Advies van het Europees Economisch en Sociaal Comité over het Voorstel voor een richtlijn van het Europees Parlement en de Raad over het vervoer van gevaarlijke goederen over land COM(2006) 852

PB C 256 van 27.10.2007, p. 44–47 (BG, ES, CS, DA, DE, ET, EL, EN, FR, IT, LV, LT, HU, MT, NL, PL, PT, RO, SK, SL, FI, SV)

27.10.2007   

NL

Publicatieblad van de Europese Unie

C 256/44


Advies van het Europees Economisch en Sociaal Comité over het Voorstel voor een richtlijn van het Europees Parlement en de Raad over het vervoer van gevaarlijke goederen over land

COM(2006) 852

(2007/C 256/09)

De Raad van de Europese Unie heeft op 19 januari 2007 besloten het Europees Economisch en Sociaal Comité, overeenkomstig de artikelen 71 en 251 van het EG-Verdrag, te raadplegen over het bovengenoemde voorstel.
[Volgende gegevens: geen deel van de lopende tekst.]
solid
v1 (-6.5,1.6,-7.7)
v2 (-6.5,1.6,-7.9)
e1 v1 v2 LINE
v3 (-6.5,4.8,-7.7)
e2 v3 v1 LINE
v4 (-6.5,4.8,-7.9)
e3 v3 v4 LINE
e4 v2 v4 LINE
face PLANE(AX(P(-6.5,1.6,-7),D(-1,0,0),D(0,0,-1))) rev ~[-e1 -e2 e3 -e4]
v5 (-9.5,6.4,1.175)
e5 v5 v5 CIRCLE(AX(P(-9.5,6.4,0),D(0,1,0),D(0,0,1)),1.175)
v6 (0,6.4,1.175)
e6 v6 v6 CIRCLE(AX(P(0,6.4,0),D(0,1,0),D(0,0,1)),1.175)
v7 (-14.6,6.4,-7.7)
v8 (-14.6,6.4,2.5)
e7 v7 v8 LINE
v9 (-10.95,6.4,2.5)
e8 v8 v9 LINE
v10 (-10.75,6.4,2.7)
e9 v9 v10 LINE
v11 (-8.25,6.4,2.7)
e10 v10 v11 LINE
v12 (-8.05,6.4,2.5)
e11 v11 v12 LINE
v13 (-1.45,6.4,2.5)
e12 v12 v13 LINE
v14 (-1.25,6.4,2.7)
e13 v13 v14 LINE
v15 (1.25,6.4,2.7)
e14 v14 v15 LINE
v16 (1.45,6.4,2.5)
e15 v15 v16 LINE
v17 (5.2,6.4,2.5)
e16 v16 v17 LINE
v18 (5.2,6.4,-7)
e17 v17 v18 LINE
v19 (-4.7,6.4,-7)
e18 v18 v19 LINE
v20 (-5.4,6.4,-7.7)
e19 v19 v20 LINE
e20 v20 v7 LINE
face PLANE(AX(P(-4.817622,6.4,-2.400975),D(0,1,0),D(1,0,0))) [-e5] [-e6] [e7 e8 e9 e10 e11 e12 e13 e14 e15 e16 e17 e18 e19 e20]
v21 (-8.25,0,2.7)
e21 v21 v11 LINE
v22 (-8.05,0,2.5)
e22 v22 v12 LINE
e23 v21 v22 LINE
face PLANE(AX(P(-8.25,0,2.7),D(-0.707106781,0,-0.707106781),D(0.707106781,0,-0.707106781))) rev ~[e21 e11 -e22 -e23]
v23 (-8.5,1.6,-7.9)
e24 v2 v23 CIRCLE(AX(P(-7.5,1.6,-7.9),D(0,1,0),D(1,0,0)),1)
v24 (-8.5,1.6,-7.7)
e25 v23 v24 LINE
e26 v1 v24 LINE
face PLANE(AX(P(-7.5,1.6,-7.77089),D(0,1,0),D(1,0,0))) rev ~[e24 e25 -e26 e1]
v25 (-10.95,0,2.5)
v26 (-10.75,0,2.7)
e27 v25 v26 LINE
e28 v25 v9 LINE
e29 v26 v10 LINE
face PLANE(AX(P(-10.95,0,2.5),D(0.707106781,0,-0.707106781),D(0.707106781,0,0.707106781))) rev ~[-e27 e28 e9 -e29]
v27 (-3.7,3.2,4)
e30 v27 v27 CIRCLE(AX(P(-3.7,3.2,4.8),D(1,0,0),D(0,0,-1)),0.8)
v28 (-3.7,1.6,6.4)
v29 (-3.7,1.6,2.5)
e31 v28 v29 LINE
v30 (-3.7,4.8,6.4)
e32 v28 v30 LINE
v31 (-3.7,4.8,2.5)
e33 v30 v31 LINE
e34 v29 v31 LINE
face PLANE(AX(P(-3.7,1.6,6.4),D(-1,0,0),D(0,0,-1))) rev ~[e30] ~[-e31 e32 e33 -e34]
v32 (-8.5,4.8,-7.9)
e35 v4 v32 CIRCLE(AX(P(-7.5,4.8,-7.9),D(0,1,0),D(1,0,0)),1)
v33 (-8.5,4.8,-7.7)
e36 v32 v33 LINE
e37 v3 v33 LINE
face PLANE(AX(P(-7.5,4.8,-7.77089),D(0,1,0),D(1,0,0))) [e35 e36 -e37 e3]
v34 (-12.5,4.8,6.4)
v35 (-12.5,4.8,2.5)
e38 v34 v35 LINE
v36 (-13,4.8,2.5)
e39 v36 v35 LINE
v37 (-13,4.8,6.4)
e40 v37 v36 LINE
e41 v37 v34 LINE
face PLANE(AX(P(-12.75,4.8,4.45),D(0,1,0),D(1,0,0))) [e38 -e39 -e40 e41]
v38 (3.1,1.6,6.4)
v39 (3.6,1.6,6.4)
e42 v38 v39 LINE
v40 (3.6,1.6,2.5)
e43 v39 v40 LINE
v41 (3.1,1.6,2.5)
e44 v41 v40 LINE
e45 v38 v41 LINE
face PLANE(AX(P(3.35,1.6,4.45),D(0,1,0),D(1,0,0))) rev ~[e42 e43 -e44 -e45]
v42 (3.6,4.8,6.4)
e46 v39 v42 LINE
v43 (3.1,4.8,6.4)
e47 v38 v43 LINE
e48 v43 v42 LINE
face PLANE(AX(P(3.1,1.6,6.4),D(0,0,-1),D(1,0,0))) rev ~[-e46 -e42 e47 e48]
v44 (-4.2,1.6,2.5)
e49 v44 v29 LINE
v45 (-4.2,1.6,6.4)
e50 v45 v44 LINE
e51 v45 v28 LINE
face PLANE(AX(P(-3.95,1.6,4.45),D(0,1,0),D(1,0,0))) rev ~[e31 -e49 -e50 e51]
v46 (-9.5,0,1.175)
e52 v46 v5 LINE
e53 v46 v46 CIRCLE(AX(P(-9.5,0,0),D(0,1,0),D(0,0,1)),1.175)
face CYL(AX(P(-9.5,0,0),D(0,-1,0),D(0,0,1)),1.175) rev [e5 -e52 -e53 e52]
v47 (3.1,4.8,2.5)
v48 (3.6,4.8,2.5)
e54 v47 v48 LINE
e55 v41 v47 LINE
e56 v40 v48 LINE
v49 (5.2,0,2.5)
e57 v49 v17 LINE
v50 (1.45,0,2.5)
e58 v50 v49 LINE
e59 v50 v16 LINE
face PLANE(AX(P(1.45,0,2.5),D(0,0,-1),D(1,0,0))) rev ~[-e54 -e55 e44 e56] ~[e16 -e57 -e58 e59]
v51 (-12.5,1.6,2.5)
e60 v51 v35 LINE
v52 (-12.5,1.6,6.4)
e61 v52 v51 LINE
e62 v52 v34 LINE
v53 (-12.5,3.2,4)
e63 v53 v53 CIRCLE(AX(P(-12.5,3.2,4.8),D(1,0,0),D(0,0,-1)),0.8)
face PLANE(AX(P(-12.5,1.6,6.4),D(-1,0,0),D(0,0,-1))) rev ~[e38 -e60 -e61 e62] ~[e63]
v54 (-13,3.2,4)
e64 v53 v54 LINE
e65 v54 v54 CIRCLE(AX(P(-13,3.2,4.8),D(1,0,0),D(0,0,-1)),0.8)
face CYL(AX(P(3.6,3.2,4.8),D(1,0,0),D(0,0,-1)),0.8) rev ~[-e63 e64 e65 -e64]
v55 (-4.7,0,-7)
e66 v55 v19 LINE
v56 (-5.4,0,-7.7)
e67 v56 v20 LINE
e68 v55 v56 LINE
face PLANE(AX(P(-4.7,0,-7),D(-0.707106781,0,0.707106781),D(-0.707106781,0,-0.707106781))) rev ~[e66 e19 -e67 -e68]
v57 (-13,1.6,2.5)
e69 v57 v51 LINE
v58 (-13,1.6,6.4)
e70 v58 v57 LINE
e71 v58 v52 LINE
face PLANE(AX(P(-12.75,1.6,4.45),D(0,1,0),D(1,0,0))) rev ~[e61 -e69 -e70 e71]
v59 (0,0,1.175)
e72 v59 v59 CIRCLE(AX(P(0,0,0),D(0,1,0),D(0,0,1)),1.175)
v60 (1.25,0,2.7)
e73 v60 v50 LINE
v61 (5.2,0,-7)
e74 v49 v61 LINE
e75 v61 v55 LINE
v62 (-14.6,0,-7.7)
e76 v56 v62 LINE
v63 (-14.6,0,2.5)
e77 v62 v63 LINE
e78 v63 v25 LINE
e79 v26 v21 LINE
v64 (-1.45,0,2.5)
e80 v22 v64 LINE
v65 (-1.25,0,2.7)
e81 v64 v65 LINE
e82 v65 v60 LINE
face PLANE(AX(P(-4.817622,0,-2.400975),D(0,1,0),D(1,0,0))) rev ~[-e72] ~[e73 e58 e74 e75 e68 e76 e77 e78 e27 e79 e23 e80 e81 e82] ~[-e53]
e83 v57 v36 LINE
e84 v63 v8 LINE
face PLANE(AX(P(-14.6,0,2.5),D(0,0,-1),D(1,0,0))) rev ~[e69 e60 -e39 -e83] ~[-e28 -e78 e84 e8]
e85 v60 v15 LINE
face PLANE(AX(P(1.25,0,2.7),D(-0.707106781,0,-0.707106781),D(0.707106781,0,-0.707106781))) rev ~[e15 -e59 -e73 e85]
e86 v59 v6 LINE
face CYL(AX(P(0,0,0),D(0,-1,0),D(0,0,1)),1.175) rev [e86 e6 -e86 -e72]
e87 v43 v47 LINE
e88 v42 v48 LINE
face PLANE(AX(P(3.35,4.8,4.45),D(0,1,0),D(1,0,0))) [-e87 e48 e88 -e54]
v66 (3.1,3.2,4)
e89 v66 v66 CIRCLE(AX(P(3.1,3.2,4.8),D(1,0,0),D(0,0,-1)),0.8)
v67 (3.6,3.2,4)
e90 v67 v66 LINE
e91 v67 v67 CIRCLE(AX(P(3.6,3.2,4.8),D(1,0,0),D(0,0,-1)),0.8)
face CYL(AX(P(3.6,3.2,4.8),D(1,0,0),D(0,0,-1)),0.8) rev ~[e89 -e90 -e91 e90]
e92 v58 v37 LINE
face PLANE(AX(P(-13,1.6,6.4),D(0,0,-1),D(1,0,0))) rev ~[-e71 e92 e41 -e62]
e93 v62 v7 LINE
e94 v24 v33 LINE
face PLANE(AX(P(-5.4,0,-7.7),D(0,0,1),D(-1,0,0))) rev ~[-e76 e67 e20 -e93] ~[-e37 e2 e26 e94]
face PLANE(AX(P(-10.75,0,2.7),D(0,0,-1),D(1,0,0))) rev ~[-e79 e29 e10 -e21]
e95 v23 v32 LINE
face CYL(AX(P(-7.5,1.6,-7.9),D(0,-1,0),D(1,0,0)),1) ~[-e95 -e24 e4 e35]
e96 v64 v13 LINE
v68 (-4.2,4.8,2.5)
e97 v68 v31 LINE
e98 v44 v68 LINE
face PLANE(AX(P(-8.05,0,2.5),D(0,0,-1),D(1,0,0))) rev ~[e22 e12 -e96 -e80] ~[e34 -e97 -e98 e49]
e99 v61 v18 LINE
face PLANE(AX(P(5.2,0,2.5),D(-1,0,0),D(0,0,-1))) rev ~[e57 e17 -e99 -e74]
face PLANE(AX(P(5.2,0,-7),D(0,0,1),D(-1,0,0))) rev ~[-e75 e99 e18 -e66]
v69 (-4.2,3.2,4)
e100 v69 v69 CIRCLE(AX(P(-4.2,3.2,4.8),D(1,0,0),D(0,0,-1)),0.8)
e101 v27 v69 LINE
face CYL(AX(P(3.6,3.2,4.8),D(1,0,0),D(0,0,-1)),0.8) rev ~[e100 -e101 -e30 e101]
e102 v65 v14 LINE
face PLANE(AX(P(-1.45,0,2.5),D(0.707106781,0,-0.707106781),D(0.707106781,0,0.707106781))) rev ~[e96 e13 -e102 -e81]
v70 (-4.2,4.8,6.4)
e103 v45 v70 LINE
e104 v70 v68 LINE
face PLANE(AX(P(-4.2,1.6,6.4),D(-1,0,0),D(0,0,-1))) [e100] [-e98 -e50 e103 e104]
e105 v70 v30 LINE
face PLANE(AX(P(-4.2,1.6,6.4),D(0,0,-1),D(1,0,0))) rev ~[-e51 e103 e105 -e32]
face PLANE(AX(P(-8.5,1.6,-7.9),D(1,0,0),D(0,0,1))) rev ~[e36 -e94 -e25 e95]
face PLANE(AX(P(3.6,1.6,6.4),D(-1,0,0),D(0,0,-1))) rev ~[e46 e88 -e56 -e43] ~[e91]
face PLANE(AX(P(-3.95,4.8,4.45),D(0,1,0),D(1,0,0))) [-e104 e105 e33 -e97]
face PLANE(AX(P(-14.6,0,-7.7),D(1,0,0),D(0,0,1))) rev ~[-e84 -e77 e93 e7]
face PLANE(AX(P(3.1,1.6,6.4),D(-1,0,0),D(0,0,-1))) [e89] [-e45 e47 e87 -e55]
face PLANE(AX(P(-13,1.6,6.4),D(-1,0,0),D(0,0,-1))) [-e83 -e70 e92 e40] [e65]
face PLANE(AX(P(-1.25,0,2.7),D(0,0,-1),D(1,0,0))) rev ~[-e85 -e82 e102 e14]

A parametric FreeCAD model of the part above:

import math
import FreeCAD as App
import Part
import Sketcher
Q = App.Units.Quantity

doc = App.newDocument("Part")
body = doc.addObject("PartDesign::Body", "Body")

# Sketch on XZ plane
sketch1 = doc.addObject("Sketcher::SketchObject", "Sketch")
body.addObject(sketch1)
sketch1.AttachmentSupport = (doc.XZ_Plane, [""])
sketch1.MapMode = "FlatFace"
sketch1.addGeometry([
    Part.LineSegment(App.Vector(-10.95, 2.5, 0), App.Vector(-10.75, 2.7, 0)),  # 0
    Part.LineSegment(App.Vector(-10.75, 2.7, 0), App.Vector(-8.25, 2.7, 0)),  # 1
    Part.LineSegment(App.Vector(-8.25, 2.7, 0), App.Vector(-8.05, 2.5, 0)),  # 2
    Part.LineSegment(App.Vector(-8.05, 2.5, 0), App.Vector(-1.45, 2.5, 0)),  # 3
    Part.LineSegment(App.Vector(-1.45, 2.5, 0), App.Vector(-1.25, 2.7, 0)),  # 4
    Part.LineSegment(App.Vector(-1.25, 2.7, 0), App.Vector(1.25, 2.7, 0)),  # 5
    Part.LineSegment(App.Vector(1.25, 2.7, 0), App.Vector(1.45, 2.5, 0)),  # 6
    Part.LineSegment(App.Vector(1.45, 2.5, 0), App.Vector(5.2, 2.5, 0)),  # 7
    Part.LineSegment(App.Vector(5.2, 2.5, 0), App.Vector(5.2, -7, 0)),  # 8
    Part.LineSegment(App.Vector(5.2, -7, 0), App.Vector(-4.7, -7, 0)),  # 9
    Part.LineSegment(App.Vector(-4.7, -7, 0), App.Vector(-5.4, -7.7, 0)),  # 10
    Part.LineSegment(App.Vector(-5.4, -7.7, 0), App.Vector(-14.6, -7.7, 0)),  # 11
    Part.LineSegment(App.Vector(-14.6, -7.7, 0), App.Vector(-14.6, 2.5, 0)),  # 12
    Part.LineSegment(App.Vector(-14.6, 2.5, 0), App.Vector(-10.95, 2.5, 0)),  # 13
    Part.Circle(App.Vector(-9.5, 0, 0), App.Vector(0, 0, 1), 1.18),  # 14
    Part.Circle(App.Vector(0, 0, 0), App.Vector(0, 0, 1), 1.18),  # 15
], False)
sketch1.addConstraint([
    Sketcher.Constraint("Coincident", 0, 2, 1, 1),
    Sketcher.Constraint("Coincident", 1, 2, 2, 1),
    Sketcher.Constraint("Coincident", 2, 2, 3, 1),
    Sketcher.Constraint("Coincident", 3, 2, 4, 1),
    Sketcher.Constraint("Coincident", 4, 2, 5, 1),
    Sketcher.Constraint("Coincident", 5, 2, 6, 1),
    Sketcher.Constraint("Coincident", 6, 2, 7, 1),
    Sketcher.Constraint("Coincident", 7, 2, 8, 1),
    Sketcher.Constraint("Coincident", 8, 2, 9, 1),
    Sketcher.Constraint("Coincident", 9, 2, 10, 1),
    Sketcher.Constraint("Coincident", 10, 2, 11, 1),
    Sketcher.Constraint("Coincident", 11, 2, 12, 1),
    Sketcher.Constraint("Coincident", 12, 2, 13, 1),
    Sketcher.Constraint("Coincident", 13, 2, 0, 1),
    Sketcher.Constraint("Horizontal", 1),
    Sketcher.Constraint("Horizontal", 3),
    Sketcher.Constraint("Horizontal", 5),
    Sketcher.Constraint("Horizontal", 7),
    Sketcher.Constraint("Vertical", 8),
    Sketcher.Constraint("Horizontal", 9),
    Sketcher.Constraint("Horizontal", 11),
    Sketcher.Constraint("Vertical", 12),
    Sketcher.Constraint("Horizontal", 13),
    Sketcher.Constraint("Coincident", 15, 3, -1, 1),
    Sketcher.Constraint("Equal", 14, 15),
    Sketcher.Constraint("Symmetric", 3, 2, 6, 2, -2),
    Sketcher.Constraint("PointOnObject", 14, 3, -1),
    Sketcher.Constraint("Perpendicular", 0, 2),
    Sketcher.Constraint("Perpendicular", 2, 4),
    Sketcher.Constraint("Perpendicular", 4, 6),
    Sketcher.Constraint("Perpendicular", 6, 10),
De gespecialiseerde afdeling Vervoer, energie, infrastructuur, informatiemaatschappij, die met de voorbereidende werkzaamheden was belast, heeft haar advies op 19 juni 2007 goedgekeurd. Rapporteur was de heer Ostrowski.

Het Comité heeft tijdens zijn op 11 en 12 juli 2007 gehouden 437e zitting (vergadering van 11 juli) het volgende advies uitgebracht, dat met 136 stemmen voor, bij 4 onthoudingen, is goedgekeurd.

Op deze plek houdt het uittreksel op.